Non-European cohorts.
We also sequenced PNLIP in 223 subjects with non-alcoholic CP from Japan (Supplementary Table 2). As controls, we used data from the Tohoku Medical Megabank Organization (ToMMo) database, which contains exome sequencing results for 1070 healthy Japanese individuals. In contrast to the European cohorts, all missense variants found in the Japanese cases were also detected among controls without a significant enrichment in either cohort. If we excluded the relatively common p.I186T variant (rs78536862), missense variants were detected in 4/223 (1.8%) cases and in 35/1070 (3.3%) controls (P=0.29). Only one missense variant, p.V307I (rs773774916), was present in both the Japanese and European cohorts. Notably, the p.F300L variant was absent in the Japanese subjects analyzed. To investigate the frequency of the p.F300L variant in additional cohorts, we sequenced exons 7, 8, 9 and the flanking intronic regions in PNLIP in 300 cases and 238 controls of Indian origin and 143 cases and 168 controls in a cohort from the United States. No missense variants were found in these two cohorts.
Functional effects of PNLIP variants.
To characterize the functional properties of the PNLIP variants identified in the European cohorts, we first determined their secretion from transiently transfected HEK 293T cells. The amount of secreted lipase in the conditioned medium was measured by SDS-PAGE and Coomassie Blue staining followed by densitometry of the lipase bands. As shown in Figure 1, the large majority (19 of 23) variants were secreted normally (>75% of wild-type levels) and only four variants exhibited markedly reduced secretion (<20% of wild-type). Secretion-defective variants were equally present in cases and controls. Thus, variants p.G233E (no rs#) and p.C254R (rs750709623) were each found once in French cases, whereas variants p.A174P (no rs#) and p.V454F (rs148560679) were found in a French and a German control, respectively (Tables 1, 2).
Figure 1.

Secretion of human pancreatic lipase (PNLIP) variants. HEK 293T cells were transiently transfected with the indicated constructs and conditioned media was collected after 48 h. Aliquots (200 μL) of conditioned media were precipitated with trichloroacetic acid and analyzed by SDS-PAGE and Coomassie Blue staining. (A) Representative gels. (B) Densitometric evaluation of PNLIP band intensities. The mean and S.D. of three experiments are shown.
To test the effect of PNLIP variants on lipase activity, 20 of the 23 variants were purified from the conditioned medium of transfected HEK 293T cells and their activity was tested on three different triglyceride substrates with increasing chain length: tributyrin, trioctanoin, and triolein (Figure 2). Only variant p.H92N (rs368162708) exhibited impaired catalytic activity on all substrates. Variants p.C198Y (no rs#) and p.D264Y (rs755039876) readily hydrolyzed tributyrin and trioctanoin but showed diminished activity against triolein. All other variants exhibited high activity (≥50% of wild-type) on all three substrates. None showed significantly increased activity relative to wild-type PNLIP. Considering the three variants with low activity, all three were found once in French controls, indicating that loss of PNLIP activity does not alter pancreatitis risk. Since the variants are heterozygous, clinical lipase deficiency should not occur in these carriers.
Figure 2.

Enzymatic activity of human pancreatic lipase (PNLIP) variants. The indicated lipase variants were purified and their activity was tested against three different triglyceride substrates; (A) tributyrin, (B) trioctanoin, (C) triolein. Mean activity values ± SD (n=3) were plotted. See Methods for experimental details.
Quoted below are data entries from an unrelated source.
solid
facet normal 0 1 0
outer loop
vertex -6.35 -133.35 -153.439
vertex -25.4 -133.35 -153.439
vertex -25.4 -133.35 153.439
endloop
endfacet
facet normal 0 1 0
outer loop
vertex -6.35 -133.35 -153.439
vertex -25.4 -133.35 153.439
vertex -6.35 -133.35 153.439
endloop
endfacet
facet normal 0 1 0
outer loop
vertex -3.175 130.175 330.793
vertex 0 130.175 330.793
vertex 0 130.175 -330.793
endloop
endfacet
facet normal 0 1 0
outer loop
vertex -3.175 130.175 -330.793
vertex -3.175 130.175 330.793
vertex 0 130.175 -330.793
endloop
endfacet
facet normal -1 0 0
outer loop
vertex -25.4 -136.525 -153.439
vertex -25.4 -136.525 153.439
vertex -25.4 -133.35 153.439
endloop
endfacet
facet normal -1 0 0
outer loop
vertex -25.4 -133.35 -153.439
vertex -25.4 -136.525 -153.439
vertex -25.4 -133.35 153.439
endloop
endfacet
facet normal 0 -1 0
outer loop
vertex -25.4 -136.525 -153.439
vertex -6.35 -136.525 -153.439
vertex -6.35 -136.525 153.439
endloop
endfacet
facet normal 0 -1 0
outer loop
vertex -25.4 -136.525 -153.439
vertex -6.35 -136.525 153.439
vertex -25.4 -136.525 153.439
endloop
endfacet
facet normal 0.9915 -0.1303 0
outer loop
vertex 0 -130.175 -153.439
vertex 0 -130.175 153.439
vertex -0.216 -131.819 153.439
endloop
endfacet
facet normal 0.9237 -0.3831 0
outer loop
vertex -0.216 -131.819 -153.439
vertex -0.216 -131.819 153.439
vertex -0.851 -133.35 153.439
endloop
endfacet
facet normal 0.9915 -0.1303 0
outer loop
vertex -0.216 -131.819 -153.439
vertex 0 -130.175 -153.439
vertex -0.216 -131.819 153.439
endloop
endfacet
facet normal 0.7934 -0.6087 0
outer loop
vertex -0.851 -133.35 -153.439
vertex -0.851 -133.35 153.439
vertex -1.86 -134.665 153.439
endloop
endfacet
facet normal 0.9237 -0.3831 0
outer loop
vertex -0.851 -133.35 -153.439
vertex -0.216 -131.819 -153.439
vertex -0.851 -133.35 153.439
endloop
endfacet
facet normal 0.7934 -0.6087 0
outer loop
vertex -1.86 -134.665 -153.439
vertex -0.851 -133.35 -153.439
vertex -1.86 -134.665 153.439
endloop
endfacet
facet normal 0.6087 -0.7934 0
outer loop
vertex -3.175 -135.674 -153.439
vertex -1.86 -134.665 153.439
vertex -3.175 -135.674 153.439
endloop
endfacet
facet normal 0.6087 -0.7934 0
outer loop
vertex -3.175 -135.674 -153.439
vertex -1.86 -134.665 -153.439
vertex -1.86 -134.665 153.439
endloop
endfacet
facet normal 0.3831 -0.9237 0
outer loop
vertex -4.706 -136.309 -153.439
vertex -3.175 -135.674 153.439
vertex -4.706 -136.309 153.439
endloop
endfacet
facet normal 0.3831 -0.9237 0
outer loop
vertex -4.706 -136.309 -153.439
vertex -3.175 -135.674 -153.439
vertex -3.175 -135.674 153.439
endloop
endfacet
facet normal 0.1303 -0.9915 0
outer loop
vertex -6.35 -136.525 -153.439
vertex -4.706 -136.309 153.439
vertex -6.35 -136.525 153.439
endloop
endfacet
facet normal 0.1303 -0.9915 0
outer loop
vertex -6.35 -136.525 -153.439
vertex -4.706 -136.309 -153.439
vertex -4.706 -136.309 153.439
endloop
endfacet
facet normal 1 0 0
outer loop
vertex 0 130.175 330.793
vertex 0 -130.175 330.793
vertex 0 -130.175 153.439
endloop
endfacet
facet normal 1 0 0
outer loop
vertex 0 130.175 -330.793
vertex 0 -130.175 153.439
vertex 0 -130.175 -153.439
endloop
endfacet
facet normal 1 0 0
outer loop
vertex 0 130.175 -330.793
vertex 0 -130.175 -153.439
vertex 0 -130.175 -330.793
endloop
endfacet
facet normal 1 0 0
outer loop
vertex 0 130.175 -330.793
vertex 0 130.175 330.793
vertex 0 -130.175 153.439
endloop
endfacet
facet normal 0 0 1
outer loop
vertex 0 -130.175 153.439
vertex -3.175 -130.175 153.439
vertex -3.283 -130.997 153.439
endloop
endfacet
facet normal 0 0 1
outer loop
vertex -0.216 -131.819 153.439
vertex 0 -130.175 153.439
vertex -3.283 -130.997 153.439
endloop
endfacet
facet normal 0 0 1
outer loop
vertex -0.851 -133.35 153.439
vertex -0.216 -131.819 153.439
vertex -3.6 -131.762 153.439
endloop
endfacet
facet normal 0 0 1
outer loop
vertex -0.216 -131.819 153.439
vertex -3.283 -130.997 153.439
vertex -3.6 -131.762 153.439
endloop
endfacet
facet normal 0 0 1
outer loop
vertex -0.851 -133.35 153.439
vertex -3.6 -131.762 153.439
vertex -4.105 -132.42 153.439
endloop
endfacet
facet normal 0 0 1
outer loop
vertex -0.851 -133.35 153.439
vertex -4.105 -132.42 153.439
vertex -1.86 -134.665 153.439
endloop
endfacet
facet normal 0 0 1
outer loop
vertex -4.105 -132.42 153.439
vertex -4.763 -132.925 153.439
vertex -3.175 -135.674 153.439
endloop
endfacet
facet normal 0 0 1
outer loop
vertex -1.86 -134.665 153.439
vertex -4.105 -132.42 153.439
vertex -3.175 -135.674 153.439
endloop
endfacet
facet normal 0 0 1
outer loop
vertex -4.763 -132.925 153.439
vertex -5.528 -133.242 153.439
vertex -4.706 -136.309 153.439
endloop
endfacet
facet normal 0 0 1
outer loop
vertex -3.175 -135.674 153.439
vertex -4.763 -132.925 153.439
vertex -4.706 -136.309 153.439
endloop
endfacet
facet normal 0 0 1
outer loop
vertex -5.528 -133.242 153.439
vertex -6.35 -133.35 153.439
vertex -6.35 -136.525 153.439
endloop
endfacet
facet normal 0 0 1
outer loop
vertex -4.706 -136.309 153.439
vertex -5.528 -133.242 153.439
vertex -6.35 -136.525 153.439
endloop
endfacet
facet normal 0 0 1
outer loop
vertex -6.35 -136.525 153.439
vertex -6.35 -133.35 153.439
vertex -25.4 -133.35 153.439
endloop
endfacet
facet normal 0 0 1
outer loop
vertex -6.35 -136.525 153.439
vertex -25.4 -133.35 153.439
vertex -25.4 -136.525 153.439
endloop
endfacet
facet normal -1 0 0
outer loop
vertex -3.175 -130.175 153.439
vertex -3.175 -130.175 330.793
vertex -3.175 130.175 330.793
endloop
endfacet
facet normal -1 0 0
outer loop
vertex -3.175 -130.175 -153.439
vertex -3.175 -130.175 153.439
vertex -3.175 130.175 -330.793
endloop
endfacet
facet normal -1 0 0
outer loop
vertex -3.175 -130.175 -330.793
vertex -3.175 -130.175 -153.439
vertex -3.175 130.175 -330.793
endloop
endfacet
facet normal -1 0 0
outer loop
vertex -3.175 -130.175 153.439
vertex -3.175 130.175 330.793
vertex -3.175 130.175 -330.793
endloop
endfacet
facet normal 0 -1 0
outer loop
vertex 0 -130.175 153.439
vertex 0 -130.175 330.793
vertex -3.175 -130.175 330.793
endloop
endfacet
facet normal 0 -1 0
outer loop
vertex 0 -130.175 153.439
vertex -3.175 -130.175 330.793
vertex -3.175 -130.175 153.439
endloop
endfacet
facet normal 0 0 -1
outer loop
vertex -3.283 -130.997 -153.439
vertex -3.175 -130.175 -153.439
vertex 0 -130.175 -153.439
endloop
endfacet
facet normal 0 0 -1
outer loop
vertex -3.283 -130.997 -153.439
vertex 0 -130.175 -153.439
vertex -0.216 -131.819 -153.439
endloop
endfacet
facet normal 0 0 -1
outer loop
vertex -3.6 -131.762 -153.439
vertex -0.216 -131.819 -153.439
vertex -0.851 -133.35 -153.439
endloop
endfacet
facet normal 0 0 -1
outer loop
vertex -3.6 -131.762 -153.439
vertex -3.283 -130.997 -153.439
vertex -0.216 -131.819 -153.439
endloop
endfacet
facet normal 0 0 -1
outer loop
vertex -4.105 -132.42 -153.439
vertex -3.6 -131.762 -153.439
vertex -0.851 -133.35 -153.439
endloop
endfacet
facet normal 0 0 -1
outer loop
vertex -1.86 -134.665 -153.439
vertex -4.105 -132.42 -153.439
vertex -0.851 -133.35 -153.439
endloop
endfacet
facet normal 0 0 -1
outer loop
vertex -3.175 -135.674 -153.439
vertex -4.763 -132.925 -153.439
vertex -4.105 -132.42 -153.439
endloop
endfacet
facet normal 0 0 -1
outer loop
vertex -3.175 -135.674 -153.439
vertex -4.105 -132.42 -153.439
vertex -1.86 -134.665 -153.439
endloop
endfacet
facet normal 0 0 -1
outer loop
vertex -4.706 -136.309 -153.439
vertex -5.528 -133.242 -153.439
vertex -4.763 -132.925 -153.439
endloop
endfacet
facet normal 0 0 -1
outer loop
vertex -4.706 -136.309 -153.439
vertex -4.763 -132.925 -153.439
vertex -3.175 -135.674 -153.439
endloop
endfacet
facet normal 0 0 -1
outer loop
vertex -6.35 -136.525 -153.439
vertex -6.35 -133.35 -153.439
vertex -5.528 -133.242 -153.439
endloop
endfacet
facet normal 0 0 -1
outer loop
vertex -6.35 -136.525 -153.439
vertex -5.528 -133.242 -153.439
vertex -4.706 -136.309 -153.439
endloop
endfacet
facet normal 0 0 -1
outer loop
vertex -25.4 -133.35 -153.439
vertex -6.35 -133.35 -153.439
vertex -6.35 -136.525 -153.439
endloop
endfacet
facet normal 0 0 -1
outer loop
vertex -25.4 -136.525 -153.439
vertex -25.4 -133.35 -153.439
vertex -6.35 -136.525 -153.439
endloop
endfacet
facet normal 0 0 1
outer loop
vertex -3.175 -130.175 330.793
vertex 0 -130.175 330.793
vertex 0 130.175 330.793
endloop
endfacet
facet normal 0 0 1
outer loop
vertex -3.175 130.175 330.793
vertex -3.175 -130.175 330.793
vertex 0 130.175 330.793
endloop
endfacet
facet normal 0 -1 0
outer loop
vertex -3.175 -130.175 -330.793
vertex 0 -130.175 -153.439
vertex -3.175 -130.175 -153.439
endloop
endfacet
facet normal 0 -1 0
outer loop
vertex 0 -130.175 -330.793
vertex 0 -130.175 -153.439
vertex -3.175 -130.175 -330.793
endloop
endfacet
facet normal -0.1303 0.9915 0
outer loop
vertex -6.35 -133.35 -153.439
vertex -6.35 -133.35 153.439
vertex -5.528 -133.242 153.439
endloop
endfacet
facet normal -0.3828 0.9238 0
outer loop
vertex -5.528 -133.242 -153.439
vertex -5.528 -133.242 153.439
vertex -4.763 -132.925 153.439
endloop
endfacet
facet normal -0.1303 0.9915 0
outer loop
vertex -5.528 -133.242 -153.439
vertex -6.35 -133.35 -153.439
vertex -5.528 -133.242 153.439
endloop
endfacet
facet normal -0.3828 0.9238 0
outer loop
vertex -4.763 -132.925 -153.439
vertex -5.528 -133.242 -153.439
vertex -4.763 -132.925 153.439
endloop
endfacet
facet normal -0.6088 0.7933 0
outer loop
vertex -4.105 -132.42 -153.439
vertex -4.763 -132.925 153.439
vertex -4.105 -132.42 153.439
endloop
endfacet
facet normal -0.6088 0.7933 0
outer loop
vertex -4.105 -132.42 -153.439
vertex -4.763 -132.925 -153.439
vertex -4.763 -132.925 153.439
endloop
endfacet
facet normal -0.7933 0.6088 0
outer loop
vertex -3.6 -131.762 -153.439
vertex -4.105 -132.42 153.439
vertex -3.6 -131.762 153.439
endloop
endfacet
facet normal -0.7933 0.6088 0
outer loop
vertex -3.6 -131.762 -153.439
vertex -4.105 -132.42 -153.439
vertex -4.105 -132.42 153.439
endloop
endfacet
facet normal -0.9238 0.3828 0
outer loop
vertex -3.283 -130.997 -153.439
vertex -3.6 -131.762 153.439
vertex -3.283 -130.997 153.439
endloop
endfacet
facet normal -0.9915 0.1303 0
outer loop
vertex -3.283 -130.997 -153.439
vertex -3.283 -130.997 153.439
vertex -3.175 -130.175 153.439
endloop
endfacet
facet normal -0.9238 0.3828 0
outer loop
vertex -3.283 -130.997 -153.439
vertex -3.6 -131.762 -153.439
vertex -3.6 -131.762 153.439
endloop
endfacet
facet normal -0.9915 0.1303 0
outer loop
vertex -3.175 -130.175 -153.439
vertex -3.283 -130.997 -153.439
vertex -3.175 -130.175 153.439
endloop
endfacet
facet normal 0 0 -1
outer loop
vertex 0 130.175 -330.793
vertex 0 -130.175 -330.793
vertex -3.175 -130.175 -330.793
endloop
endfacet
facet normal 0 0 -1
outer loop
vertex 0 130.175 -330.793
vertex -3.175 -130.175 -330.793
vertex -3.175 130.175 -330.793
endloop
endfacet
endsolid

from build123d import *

# Parameters (mm, degrees)
SKETCH1_W          = 661.58618
SKETCH1_H          = 260.35
BASE_FLANGE1_DEPTH = 3.175
EDGE_FLANGE1_DEPTH = 306.87772


# Sheet-metal steps are written as plain solids
with BuildPart() as part:
    # Sketch1 → Base-Flange1 (new body)
    with BuildSketch(Plane(origin=(0, 0, 0), x_dir=(0, 0, -1), z_dir=(1, 0, 0))):
        Rectangle(SKETCH1_W, SKETCH1_H)
    extrude(amount=-BASE_FLANGE1_DEPTH)

    # Edge-Flange1 section (across the edge) → Edge-Flange1 (add)
    with BuildSketch(Plane(origin=(-3.175, -133.35, -153.43886), x_dir=(0, 1, 0), z_dir=(0, 0, 1))):
        with BuildLine():
            Line((-3.175, 3.175), (-3.175, 22.225))
            Line((-3.175, 22.225), (0, 22.225))
            Line((0, 22.225), (0, 3.175))
            ThreePointArc((0, 3.175), (0.92993597, 0.92993597), (3.175, 0))
            Line((3.175, 0), (3.175, -3.175))
            ThreePointArc((3.175, -3.175), (-1.315128061, -1.315128061), (-3.175, 3.175))
        make_face()
    extrude(amount=EDGE_FLANGE1_DEPTH)


solid = part.part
ND, not determined, because these mutants could not be purified due to their low expression levels.
PNLIP undergoes proteolytic degradation and loss of activity during intestinal transit [22, 23]. To test whether the mutations alter the proteolytic stability of PNLIP, we first incubated wild-type PNLIP and 19 variants with human cationic trypsin and followed their degradation by SDS-PAGE and Coomassie Blue staining (Figure 3). For these experiments, we used lower protease-to-lipase concentration ratios than those present in the intestinal tract. Surprisingly, wild-type PNLIP was unaffected by trypsin while variants p.P245A (no rs#), p.I265R, p.F300L, p.S304F (no rs#), and p.F314L (no rs#) suffered proteolytic cleavage. The 14 other variants tested were as resistant to trypsin as wild-type PNLIP (Supplementary Figure 1). Strikingly, the same pattern emerged when PNLIP variants were digested with human chymotrypsin C (Figure 4) or human chymotrypsin B2 (Figure 5). The five trypsin-sensitive variants were readily cleaved by the human chymotrypsins whereas wild-type PNLIP and the other 14 variants were resistant or showed minimal digestion (Supplementary Figures 2 and 3).
Figure 3.

Effect of human cationic trypsin (PRSS1) on human pancreatic lipase (PNLIP) variants. Digestion experiments were carried out as detailed in Methods. (A) Representative gels from two experiments. N-term, N-terminal PNLIP cleavage fragment. C-term, C-terminal PNLIP cleavage fragment. The asterisk indicates the PRSS1 band. (B) Densitometric evaluation of PNLIP band intensities. The average of two experiments is indicated. The figure shows the five PNLIP variants where significant degradation was observed. The effect of PRSS1 on all other PNLIP variants is shown in Supplementary Figure 1.
Figure 4.

The effect of human chymotrypsin C (CTRC) on human pancreatic lipase (PNLIP) variants. Digestion experiments were performed as described in Methods. (A) Representative gels from two experiments. C-term, C-terminal PNLIP cleavage fragment. The asterisk indicates the CTRC band. (B) Densitometric evaluation of PNLIP band intensities. The average of two experiments is indicated. The figure shows the five PNLIP variants where significant degradation was observed. The effect of CTRC on all other PNLIP variants is shown in Supplementary Figure 2.
Figure 5.

The effect of human chymotrypsin B2 (CTRB2) on human pancreatic lipase (PNLIP) variants. Digestion experiments were carried out as detailed in Methods. (A) Representative gels from two experiments. C-term, C-terminal PNLIP cleavage fragment. Note that human CTRB2 migrates on reducing gels as two smaller bands due to autolytic cleavage of the Tyr164- Asn165 peptide bond. The N-terminal CTRB2 chain co-migrates with the PNLIP C-terminal fragment and the C-terminal CTRB2 chain is indicated by the asterisk. (B) Densitometric evaluation of PNLIP band intensities. The average of two experiments is indicated. The figure shows the five PNLIP variants where significant degradation was observed. The effect of CTRB2 on all other PNLIP variants is shown in Supplementary Figure 3.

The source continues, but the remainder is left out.